Jefferson 3

This piece was originally published in the UVA Cavalier Daily.

At the risk of offending 469 UVA faculty colleagues and students who protest President Sullivan’s practice of quoting UVA founder Thomas Jefferson “in light of Jefferson’s owning of slaves and other racist views” (“Professors ask Sullivan to stop quoting Jefferson,” Cavalier Daily, Nov. 13), I would submit another Jefferson quote: 

“This institution [UVA] will be based on the illimitable freedom of the human mind.  For here we are not afraid to follow truth wherever it may lead, nor to tolerate any error so long as reason is left free to combat it.” 

Jefferson did not want to suppress “error,” but to allow competing claims to the truth to do battle in the intellectual marketplace of ideas.  We call that “academic freedom.”

Facts affirm the wisdom of Jefferson’s vision in this instance.  Censuring President Sullivan’s references to Thomas Jefferson would impoverish our students and faculty alike, and—as is so often the case with censorship advocates—it is premised upon ignorance. 

When Jefferson inherited slaves upon the deaths of his father and father-in-law, it was unlawful in Virginia to free slaves without permission of the governor and his council based upon extraordinary service.  In 1769, Jefferson drafted a statute permitting manumission of slaves—a rule finally enacted in 1782.

In his draft of the Declaration of Independence, Jefferson denounced King George III for having “waged cruel war against human nature itself, violating it’s most sacred rights of life & liberty in the persons of a distant people who never offended him, captivating & carrying them into slavery in another hemisphere . . . .”  The language was deleted to keep South Carolina and Georgia from walking out of the convention. 

Among his other antislavery efforts, Jefferson drafted an amendment to prevent the importation of new slaves into Virginia that was enacted in 1778—and another proclaiming that all children born to slaves in Virginia after 1800 would be born free, and “should be brought up, at the public expense, to tillage, arts, or sciences according to their geniuses . . . .” That radical proposal was never introduced, because the votes clearly did not exist. Jefferson wanted to have it ready, knowing public opinion would eventually change.

Like virtually every other national leader of his generation—including many who, like Jefferson, spoke out passionately against the evils of slavery—Thomas Jefferson was a racist.  But he was a reluctant racist.   In a February 25, 1809, letter to Henri Grégoire, Jefferson clarified:

“Be assured that no person living wishes more sincerely than I do, to see a complete refutation of the doubts I have myself entertained and expressed on the grade of understanding allotted to the negro by nature . . . .But whatever be their degree of talent, it is no measure of their rights. Because Sir Isaac Newton was superior to others in understanding, he was not therefore lord of the person or property of others.”

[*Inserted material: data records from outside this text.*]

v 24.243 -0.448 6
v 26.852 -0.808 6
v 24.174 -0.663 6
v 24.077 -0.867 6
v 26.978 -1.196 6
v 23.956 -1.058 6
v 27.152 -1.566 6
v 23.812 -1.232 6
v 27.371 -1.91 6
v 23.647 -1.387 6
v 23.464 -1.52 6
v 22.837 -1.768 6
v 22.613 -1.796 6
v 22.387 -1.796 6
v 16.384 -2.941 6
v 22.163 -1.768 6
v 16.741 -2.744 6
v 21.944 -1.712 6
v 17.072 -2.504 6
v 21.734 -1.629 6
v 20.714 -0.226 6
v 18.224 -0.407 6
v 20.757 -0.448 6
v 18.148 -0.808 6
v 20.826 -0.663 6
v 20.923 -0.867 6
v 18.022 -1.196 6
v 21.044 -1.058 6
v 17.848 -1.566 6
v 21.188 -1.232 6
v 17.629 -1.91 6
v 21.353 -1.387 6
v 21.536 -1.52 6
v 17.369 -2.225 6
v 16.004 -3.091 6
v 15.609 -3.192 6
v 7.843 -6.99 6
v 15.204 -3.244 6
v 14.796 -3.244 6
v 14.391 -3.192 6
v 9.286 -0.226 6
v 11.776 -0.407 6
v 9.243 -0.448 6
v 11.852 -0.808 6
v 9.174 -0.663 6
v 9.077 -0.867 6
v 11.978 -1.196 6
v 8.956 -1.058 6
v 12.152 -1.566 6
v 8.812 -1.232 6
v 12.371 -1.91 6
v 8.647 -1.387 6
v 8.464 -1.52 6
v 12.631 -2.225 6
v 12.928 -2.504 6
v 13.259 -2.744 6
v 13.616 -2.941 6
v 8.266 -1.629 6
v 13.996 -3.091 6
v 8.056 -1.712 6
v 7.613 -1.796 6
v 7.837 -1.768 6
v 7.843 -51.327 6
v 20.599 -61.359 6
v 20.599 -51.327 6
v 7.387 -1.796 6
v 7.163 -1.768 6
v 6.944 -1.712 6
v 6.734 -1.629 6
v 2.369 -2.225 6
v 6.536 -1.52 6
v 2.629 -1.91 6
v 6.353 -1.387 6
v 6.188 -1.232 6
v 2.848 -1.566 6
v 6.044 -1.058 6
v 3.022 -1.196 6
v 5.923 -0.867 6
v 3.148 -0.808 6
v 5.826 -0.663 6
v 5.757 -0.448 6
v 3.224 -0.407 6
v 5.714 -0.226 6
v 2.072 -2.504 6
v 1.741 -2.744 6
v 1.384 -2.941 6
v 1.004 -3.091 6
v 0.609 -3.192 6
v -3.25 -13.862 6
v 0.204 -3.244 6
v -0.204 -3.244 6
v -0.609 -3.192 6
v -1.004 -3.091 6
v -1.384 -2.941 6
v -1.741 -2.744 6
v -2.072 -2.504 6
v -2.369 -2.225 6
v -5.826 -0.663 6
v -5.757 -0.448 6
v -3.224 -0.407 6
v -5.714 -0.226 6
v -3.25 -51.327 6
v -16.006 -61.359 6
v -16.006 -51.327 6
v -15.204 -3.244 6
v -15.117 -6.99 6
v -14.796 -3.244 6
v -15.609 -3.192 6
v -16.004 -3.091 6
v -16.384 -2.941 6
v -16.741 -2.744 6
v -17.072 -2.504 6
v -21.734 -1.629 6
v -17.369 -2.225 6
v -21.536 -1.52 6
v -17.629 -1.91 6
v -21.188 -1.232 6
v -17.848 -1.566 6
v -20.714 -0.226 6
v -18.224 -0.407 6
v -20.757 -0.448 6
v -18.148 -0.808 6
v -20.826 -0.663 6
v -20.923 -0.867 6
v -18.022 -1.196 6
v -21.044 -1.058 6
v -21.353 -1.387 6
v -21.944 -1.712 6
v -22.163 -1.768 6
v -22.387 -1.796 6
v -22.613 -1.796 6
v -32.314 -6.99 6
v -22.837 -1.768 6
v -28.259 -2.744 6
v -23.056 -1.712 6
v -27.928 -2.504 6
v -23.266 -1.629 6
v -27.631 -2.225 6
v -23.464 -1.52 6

As a member of the Second Continental Congress in 1787, Jefferson drafted rules for the governance of the Northwest Territories, article six of which read: “There shall be neither slavery nor involuntary servitude in the said territory, otherwise than in the punishment of crimes whereof the party shall have been duly convicted . . . .”  It failed by one vote. If the language sounds familiar, that’s because seven decades later the authors of the Thirteenth Amendment selected Jefferson’s language to honor his courageous struggle against slavery.

Today we face the sad spectacle of nearly 500 misinformed UVA professors and students seeking to ban the thoughts and words of Thomas Jefferson from our community.  Will they demand next that the Law School remove the Thirteenth Amendment from textbooks because it embodies Jefferson’s words?  Will they censor the writings of Aristotle because he, too, was a racist?

George Washington owned far more slaves than Jefferson and never once spoke out publicly against slavery. Washington did free his slaves in his will, but only after he and Martha died. Jefferson did not free his slaves in his will, because he was deeply in debt and Section 54 of the Revised Code of Virginia of 1819 prohibited the manumission of slaves until creditors had been fully compensated.   Freeing his slaves upon his death in 1826 was simply not a legal option.

Some of the most respected American presidents of the 20th century were racists.  Racism is a manifestation of ignorance, and all human beings are ignorant about many things.  Some of the most visionary scientists of the ancient world were both racists and sincere believers that the Earth was flat.  Should we ban their positive contributions from our schools because of their ignorance in other areas?  

The answer to ignorance is not censorship, but education and enlightenment. Let us not censor those who would seek to suppress the views of Thomas Jefferson, but rather subject their thoughts to the intellectual marketplace and allow each member of our community to draw his or her own conclusions in their search for the truth.


Robert F. Turner

Robert F. Turner is the Distinguished Fellow and Associate Director, Center for National Security Law at the University of Virginia.